The Collaborative Pathways project at Advocates, Inc. in Framingham, MA has received an FEMHC grant to develop and evaluate their highly innovative new program. This community-based team approach provides a safe, welcoming, and respectful environment in which young people who are experiencing early episode psychosis can explore with their families and other natural supports all the options available for dealing with their experience. The new initiative incorporates immediate help, person-centered care, and intensive, ongoing support with shared decision-making about the use and timing of psychiatric medications.
The Collaborative Pathways approach was inspired by the work of Dr. Jaakko Seikkula and his team at Keropudas Hospital in Tornio, Finland and of Dr. Mary Olson in the US, in developing “Open Dialogue,” which has achieved impressive outcomes for early psychosis and other challenging conditions. The Collaborative Pathways team, led by Dr. Christopher Gordon, a psychiatrist and Associate Clinical Professor of Psychiatry at Harvard Medical School, has completed one year of an anticipated two-year training program with Dr. Olson at the Institute for Dialogic Practice in Haydenville, Massachusetts.

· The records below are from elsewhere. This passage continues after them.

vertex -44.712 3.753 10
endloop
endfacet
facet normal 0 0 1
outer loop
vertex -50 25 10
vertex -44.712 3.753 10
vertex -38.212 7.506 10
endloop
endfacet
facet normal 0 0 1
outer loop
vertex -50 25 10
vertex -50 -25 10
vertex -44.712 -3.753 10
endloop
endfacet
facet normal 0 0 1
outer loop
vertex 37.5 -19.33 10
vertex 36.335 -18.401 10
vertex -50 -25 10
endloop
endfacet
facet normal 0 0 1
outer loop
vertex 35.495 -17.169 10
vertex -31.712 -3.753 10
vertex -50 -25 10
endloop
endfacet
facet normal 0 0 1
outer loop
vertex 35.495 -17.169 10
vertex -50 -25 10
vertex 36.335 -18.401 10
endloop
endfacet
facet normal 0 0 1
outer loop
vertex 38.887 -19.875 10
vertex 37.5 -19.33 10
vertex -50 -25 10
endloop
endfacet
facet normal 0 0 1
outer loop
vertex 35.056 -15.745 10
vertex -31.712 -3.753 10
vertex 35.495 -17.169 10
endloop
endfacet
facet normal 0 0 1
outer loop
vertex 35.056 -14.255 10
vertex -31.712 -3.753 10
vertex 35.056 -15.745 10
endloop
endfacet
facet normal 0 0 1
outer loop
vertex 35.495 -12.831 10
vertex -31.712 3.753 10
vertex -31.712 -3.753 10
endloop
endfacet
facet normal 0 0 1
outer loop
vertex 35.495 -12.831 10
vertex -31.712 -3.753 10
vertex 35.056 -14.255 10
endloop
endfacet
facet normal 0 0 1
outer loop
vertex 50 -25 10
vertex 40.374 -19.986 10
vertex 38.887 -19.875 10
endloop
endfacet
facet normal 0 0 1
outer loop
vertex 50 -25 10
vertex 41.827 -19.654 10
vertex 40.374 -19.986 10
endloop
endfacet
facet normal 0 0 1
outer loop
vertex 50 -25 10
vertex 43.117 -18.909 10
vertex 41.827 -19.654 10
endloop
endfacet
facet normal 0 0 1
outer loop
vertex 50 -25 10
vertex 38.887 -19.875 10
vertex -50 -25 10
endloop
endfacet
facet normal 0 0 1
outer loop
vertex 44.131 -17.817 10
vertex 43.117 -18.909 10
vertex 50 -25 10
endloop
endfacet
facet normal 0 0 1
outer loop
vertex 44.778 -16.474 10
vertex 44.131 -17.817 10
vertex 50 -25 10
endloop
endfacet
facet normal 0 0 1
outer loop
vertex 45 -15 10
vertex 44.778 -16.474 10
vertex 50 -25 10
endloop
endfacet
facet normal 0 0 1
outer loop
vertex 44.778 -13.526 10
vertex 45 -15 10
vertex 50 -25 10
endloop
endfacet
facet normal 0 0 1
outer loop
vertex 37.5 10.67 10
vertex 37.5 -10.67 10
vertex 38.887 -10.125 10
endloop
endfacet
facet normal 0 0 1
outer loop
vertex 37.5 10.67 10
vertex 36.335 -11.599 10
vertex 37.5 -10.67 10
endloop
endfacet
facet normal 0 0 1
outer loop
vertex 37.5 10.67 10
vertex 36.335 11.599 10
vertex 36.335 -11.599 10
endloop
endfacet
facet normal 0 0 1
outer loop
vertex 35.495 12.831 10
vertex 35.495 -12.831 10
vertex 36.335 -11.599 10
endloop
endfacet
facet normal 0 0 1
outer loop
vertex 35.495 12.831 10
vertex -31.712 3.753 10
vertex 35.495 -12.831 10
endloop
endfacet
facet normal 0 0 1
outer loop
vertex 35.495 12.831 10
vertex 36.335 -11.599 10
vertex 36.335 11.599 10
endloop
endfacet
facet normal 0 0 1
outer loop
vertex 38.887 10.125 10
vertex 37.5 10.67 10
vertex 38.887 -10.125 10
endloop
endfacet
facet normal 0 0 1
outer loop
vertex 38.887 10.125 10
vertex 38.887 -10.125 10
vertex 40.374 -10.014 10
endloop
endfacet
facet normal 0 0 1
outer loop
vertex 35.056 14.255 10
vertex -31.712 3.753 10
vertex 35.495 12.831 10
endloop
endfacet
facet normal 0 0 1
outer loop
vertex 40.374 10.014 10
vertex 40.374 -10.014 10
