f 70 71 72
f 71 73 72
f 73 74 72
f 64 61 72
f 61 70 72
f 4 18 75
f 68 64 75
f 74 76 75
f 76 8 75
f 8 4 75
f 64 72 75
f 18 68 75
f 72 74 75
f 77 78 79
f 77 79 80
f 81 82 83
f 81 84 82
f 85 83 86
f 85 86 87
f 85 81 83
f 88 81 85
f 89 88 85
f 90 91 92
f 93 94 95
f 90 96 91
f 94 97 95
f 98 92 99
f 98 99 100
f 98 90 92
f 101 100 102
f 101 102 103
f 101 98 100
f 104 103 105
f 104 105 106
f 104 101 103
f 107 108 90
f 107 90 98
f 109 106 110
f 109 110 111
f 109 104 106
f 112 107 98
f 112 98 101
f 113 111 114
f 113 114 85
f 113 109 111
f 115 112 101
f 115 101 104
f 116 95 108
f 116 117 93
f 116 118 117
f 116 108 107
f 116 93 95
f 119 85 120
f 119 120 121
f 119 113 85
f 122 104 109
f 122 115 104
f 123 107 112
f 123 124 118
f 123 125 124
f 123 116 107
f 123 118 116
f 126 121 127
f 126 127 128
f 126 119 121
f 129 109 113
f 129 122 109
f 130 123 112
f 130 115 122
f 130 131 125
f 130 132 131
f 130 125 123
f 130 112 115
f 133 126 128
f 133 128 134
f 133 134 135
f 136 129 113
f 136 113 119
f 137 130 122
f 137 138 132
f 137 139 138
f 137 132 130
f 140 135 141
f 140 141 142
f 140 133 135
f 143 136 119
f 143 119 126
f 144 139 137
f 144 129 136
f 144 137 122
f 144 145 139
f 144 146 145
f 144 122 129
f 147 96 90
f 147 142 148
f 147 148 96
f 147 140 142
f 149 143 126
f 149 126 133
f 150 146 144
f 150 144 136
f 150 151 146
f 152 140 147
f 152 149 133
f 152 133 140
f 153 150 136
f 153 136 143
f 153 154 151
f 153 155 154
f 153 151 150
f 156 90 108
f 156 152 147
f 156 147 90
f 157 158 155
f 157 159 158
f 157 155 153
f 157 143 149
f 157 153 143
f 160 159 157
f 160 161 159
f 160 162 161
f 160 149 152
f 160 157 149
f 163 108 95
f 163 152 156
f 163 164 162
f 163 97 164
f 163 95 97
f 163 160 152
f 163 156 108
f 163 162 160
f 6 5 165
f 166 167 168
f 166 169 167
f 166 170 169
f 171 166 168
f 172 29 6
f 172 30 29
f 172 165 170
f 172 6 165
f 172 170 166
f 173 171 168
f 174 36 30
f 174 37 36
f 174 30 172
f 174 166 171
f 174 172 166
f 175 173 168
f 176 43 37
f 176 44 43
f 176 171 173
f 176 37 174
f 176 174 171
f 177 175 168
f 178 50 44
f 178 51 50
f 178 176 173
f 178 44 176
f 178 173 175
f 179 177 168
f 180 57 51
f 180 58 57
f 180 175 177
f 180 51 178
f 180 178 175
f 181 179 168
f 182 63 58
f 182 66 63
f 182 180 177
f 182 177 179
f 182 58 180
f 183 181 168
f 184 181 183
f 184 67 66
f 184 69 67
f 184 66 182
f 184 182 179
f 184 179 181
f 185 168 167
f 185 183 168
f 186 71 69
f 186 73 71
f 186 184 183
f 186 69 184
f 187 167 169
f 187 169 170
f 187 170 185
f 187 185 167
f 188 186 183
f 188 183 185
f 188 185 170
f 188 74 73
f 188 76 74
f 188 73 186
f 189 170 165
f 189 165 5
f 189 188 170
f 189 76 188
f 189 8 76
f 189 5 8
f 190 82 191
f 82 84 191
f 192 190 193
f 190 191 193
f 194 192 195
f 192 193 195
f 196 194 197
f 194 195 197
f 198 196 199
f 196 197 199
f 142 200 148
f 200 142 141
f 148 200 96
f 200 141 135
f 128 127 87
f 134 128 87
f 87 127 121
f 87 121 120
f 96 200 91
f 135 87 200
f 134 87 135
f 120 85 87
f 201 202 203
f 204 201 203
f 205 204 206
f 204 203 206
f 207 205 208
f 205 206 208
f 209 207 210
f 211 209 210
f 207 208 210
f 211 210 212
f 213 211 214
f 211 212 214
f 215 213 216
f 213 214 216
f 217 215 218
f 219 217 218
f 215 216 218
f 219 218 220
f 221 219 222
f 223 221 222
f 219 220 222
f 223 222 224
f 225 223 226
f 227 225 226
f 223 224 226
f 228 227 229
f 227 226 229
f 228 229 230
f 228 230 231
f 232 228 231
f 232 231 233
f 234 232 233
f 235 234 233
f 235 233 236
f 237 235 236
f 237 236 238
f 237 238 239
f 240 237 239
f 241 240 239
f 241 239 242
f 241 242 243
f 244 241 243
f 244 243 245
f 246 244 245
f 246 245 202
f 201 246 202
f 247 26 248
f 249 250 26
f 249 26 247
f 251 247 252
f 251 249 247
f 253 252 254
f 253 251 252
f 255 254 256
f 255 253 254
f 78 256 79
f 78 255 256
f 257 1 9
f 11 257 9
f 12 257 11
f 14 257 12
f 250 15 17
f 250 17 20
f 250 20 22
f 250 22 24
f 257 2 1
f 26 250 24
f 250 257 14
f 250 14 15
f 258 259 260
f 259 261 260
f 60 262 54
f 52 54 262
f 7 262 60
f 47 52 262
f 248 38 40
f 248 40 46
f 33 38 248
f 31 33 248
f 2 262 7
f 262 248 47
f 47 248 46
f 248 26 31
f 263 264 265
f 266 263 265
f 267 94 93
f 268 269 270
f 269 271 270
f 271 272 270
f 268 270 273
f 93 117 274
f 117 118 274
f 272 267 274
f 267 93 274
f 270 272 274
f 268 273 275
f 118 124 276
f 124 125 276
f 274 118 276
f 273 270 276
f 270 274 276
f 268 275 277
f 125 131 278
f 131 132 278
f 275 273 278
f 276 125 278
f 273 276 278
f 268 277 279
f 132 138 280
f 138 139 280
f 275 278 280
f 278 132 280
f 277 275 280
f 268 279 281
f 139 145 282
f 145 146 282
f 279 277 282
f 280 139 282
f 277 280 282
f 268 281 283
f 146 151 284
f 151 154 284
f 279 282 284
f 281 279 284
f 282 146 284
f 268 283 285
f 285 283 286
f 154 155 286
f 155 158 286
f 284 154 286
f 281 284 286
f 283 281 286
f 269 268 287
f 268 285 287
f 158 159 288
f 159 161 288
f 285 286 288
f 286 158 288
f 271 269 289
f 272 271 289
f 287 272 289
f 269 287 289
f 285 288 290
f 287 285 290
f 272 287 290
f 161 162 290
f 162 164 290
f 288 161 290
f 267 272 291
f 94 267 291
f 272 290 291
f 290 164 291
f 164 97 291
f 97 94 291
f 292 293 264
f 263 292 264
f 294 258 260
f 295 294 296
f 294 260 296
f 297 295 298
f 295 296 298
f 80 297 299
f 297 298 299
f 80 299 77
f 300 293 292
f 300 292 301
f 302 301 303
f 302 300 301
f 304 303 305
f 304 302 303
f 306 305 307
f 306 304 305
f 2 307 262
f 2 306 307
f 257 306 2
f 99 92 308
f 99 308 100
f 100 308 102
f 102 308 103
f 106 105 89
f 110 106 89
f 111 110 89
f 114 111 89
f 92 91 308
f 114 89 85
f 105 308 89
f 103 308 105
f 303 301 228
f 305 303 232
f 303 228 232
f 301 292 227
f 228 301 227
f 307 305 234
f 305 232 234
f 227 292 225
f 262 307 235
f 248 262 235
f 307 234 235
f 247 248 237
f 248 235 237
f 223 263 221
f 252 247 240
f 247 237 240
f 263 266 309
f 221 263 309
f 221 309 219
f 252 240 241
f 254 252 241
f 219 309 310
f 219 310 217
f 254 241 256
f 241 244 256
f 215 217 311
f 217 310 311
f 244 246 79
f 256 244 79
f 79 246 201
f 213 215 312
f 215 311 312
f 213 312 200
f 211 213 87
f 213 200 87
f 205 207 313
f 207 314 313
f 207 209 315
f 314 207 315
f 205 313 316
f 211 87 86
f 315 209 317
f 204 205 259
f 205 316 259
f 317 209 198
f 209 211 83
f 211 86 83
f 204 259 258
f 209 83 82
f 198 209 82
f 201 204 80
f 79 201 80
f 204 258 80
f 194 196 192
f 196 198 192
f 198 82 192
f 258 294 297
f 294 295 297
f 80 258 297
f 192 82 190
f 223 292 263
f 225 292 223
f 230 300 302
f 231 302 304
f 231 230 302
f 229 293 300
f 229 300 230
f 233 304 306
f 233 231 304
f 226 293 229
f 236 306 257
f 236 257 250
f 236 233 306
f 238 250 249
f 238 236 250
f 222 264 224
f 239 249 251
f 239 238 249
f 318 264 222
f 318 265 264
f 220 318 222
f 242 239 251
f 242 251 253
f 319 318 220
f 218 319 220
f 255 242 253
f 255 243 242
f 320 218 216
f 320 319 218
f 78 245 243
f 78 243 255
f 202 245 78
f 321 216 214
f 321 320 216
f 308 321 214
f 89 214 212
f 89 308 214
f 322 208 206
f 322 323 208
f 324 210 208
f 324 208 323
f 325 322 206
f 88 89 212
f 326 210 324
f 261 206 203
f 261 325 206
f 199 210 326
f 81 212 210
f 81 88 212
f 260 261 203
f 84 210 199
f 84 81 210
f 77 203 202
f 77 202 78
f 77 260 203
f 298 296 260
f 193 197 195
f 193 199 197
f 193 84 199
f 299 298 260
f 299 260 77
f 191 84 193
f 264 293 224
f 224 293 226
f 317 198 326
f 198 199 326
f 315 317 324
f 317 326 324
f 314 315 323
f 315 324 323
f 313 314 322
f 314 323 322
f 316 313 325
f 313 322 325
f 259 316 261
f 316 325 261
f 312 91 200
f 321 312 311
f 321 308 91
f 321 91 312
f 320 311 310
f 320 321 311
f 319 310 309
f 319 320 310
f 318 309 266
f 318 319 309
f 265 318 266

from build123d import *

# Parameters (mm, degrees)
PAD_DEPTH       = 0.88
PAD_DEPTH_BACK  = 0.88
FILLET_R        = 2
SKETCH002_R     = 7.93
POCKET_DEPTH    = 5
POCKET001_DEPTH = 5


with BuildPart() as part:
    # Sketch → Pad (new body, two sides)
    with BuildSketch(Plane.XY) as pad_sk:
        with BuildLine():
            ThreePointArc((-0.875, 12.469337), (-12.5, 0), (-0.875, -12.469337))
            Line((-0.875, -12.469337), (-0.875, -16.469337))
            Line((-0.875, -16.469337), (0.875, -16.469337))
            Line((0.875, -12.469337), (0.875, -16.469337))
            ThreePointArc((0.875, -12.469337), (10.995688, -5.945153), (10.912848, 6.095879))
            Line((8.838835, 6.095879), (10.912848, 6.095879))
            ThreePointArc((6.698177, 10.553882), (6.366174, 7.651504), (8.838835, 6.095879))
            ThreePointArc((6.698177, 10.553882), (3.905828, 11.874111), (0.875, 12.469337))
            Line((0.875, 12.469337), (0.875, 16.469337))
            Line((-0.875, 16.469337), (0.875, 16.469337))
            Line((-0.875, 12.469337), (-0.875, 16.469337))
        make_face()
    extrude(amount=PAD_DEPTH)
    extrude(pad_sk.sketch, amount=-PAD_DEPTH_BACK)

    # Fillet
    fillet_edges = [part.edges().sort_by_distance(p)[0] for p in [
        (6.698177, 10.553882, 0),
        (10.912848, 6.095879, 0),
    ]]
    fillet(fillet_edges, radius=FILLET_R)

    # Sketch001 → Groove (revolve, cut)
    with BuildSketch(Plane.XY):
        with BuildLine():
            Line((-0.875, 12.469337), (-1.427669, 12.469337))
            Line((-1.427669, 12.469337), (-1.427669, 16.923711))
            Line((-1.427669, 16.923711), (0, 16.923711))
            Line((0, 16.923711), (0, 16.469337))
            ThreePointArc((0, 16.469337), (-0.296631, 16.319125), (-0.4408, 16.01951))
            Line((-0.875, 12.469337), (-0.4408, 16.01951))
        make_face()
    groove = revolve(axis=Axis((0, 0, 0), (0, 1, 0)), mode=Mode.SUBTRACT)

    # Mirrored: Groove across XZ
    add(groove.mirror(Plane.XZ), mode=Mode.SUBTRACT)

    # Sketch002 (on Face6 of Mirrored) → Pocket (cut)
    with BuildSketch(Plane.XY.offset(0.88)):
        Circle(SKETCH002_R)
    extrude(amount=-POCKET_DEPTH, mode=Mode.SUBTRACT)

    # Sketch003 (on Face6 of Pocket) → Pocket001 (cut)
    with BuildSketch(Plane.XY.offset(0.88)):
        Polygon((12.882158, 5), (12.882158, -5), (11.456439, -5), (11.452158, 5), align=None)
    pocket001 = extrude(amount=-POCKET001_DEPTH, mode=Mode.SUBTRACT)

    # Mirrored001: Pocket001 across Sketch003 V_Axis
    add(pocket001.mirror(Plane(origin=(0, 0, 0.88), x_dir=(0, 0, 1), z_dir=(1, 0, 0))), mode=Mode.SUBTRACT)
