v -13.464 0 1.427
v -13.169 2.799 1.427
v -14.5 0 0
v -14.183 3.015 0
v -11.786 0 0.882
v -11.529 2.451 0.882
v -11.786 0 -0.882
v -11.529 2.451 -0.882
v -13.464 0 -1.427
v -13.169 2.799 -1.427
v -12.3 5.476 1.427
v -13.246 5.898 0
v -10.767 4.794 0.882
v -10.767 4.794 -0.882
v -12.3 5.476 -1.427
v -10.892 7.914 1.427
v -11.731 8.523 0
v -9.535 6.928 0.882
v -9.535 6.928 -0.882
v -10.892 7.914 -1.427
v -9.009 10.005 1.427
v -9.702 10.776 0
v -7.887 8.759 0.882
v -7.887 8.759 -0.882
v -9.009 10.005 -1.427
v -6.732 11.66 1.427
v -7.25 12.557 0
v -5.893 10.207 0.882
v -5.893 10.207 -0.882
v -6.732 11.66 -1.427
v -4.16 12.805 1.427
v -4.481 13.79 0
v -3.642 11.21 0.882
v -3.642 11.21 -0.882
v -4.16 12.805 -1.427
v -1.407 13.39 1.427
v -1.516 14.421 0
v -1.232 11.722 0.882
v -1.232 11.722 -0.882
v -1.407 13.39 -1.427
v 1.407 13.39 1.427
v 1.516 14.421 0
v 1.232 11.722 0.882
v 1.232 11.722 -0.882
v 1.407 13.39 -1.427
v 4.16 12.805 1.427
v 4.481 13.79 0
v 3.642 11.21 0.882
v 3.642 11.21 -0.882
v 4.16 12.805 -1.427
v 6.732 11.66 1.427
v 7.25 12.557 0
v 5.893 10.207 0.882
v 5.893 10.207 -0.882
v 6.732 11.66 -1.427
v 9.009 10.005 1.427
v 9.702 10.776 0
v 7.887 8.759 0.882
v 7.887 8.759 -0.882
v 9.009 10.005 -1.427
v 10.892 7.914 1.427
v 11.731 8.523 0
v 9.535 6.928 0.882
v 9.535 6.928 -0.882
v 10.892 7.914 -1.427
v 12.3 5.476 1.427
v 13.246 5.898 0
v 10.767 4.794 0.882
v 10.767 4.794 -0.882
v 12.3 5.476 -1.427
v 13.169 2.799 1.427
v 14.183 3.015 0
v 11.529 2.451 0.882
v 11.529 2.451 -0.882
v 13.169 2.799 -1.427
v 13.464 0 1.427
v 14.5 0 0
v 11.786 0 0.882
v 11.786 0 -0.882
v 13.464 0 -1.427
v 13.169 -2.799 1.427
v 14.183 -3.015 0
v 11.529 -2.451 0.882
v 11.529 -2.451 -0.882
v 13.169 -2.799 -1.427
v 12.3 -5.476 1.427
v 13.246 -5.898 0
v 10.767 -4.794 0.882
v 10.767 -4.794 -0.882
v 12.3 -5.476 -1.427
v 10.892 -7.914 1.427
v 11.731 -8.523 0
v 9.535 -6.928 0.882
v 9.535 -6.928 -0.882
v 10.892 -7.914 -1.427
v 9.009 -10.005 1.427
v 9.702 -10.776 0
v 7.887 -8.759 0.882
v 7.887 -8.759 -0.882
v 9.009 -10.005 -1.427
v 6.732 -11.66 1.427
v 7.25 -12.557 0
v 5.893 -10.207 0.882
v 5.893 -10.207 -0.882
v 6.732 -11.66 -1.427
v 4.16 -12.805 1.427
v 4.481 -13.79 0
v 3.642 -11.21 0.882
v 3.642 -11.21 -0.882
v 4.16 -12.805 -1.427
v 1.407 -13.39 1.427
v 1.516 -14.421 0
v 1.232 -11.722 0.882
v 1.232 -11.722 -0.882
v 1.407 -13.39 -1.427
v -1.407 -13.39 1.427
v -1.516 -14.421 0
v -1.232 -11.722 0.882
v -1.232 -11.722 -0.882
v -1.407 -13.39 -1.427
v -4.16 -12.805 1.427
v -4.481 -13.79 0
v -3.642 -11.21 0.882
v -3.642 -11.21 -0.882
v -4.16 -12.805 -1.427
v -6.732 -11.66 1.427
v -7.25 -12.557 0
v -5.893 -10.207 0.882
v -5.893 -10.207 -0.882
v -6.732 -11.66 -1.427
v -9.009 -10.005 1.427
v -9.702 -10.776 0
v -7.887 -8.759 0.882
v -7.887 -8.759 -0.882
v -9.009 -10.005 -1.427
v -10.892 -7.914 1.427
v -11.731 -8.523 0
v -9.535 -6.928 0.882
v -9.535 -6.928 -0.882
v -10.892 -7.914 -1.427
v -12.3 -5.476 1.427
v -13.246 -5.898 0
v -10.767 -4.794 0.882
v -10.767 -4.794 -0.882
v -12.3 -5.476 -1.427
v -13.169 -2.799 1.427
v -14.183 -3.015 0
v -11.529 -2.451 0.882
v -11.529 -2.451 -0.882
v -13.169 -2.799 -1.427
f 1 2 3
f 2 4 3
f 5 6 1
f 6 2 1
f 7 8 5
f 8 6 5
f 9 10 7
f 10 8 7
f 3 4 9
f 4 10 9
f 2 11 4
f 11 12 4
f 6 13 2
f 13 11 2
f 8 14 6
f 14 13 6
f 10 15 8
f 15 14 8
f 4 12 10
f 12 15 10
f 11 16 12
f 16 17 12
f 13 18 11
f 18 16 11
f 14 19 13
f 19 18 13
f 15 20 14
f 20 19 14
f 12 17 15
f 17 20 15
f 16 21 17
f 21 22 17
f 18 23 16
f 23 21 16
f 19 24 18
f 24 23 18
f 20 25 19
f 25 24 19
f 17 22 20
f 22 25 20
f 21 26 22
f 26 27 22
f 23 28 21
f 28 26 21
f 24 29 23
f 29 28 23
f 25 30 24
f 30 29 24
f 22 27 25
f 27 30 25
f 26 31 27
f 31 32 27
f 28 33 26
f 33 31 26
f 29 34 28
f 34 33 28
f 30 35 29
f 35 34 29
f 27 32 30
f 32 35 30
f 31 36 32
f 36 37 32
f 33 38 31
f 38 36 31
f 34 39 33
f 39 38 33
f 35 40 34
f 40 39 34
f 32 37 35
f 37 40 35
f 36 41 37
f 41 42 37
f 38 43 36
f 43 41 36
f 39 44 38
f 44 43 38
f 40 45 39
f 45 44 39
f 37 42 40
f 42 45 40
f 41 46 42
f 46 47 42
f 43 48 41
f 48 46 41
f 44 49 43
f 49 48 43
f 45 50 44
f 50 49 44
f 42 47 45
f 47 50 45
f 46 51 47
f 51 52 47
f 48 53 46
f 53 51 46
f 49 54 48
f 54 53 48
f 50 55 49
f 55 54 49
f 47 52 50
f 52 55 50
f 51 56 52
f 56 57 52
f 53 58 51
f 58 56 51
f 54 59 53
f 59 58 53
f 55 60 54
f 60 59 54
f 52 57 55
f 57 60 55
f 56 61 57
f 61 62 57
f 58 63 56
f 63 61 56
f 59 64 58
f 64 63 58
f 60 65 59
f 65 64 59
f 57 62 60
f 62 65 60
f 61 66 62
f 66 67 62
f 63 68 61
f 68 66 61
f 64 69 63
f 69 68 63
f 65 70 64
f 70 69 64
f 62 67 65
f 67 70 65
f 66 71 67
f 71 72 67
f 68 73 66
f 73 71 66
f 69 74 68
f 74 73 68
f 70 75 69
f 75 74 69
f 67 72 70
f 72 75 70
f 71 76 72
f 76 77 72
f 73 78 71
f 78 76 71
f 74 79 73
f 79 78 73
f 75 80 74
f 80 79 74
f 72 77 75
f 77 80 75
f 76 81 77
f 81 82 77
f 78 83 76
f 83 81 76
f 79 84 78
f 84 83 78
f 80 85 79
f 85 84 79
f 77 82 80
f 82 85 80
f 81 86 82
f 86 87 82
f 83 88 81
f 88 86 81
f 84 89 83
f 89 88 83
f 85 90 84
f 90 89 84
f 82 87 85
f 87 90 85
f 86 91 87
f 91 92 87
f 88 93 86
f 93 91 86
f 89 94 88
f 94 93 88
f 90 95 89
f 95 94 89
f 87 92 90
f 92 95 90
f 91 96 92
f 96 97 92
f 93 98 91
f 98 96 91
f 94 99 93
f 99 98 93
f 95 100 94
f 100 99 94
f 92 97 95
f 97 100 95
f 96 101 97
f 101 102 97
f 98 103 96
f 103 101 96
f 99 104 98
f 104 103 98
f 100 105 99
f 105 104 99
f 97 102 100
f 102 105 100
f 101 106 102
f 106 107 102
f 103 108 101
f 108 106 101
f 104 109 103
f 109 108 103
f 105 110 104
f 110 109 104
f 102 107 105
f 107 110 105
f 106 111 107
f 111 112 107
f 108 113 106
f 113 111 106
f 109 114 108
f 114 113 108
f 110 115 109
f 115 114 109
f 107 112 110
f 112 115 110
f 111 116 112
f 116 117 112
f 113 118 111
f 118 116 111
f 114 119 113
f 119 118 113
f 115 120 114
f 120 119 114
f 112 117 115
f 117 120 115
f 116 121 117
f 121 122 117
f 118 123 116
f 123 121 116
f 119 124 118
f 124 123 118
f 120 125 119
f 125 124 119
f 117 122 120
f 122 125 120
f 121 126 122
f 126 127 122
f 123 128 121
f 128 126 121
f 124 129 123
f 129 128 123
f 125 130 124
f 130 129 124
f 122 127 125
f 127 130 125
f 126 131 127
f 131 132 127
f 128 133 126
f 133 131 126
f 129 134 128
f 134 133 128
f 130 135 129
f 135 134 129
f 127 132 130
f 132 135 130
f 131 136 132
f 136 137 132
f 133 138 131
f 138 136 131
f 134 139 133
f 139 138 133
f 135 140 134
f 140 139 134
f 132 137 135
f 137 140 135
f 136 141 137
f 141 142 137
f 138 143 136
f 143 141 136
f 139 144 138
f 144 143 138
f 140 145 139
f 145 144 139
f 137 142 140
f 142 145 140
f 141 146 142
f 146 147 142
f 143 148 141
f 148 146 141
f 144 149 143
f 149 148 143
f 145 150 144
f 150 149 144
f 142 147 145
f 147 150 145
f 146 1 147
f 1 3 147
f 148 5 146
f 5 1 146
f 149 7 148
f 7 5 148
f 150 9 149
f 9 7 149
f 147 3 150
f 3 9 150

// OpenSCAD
pi=3.14159;

module goupille(L=67,L1=20,r=1.5,d=13, fn=$fn)
{
//  cylinder(r=d/2,h=r);
  rotate_extrude(convexity=10)
    translate([d,0,0])
      circle(r=r);
          
  //sin part
//  offsetX = 0;
//  for(i=[0:2*360])
//    translate([i*10,0,0])
//      cube([10,10,200+200*cos(i+offsetX)]);
}

//A=25,B=27,D=13,d=3,L=67
goupille();

module quarterCircle(r=10,h=1,invert=false,expand=false)
{
  if(invert)
  {
    translate([-r,-r,0])
    {
      if(expand)
      {
        difference()
        {
          cube([r+1,r+1,h]);
          translate([0,0,-1])
          cylinder(r=r,h=h+2);
        }
      }
      else
      {
        difference()
        {
          cube([r,r,h]);
          translate([0,0,-1])
          cylinder(r=r,h=h+2);
        }
      }
    }
  }
  else
  {
    difference()
    {
      cylinder(r=r,h=h);
      translate([-r,-r,-1])
      {
        cube([2*r,r,h+2]);
        cube([r,2*r,h+2]);
      }
    }
  }
}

The team also is completing additional training in Tornio in August 2012. The Collaborative Pathway team hopes to emulate the Open Dialogue values of responding to people experiencing early-episode psychosis with compassionate listening, respect, and optimism, and to offer medications judiciously when desired or needed, consistent with scientific evidence and as part of an overall approach to recovery. Learning from the successful long-term outcomes of Keropudas Hospital, the Collaborative Pathways team hopes that demonstrating the safety of this approach similarly will help improve outcomes for young people in the US who are experiencing first-episode psychosis.
This project builds on the longstanding and pioneering commitment of Dr. Gordon and his team at Advocates to recovery-oriented thinking and practice as the basis of effective mental health care.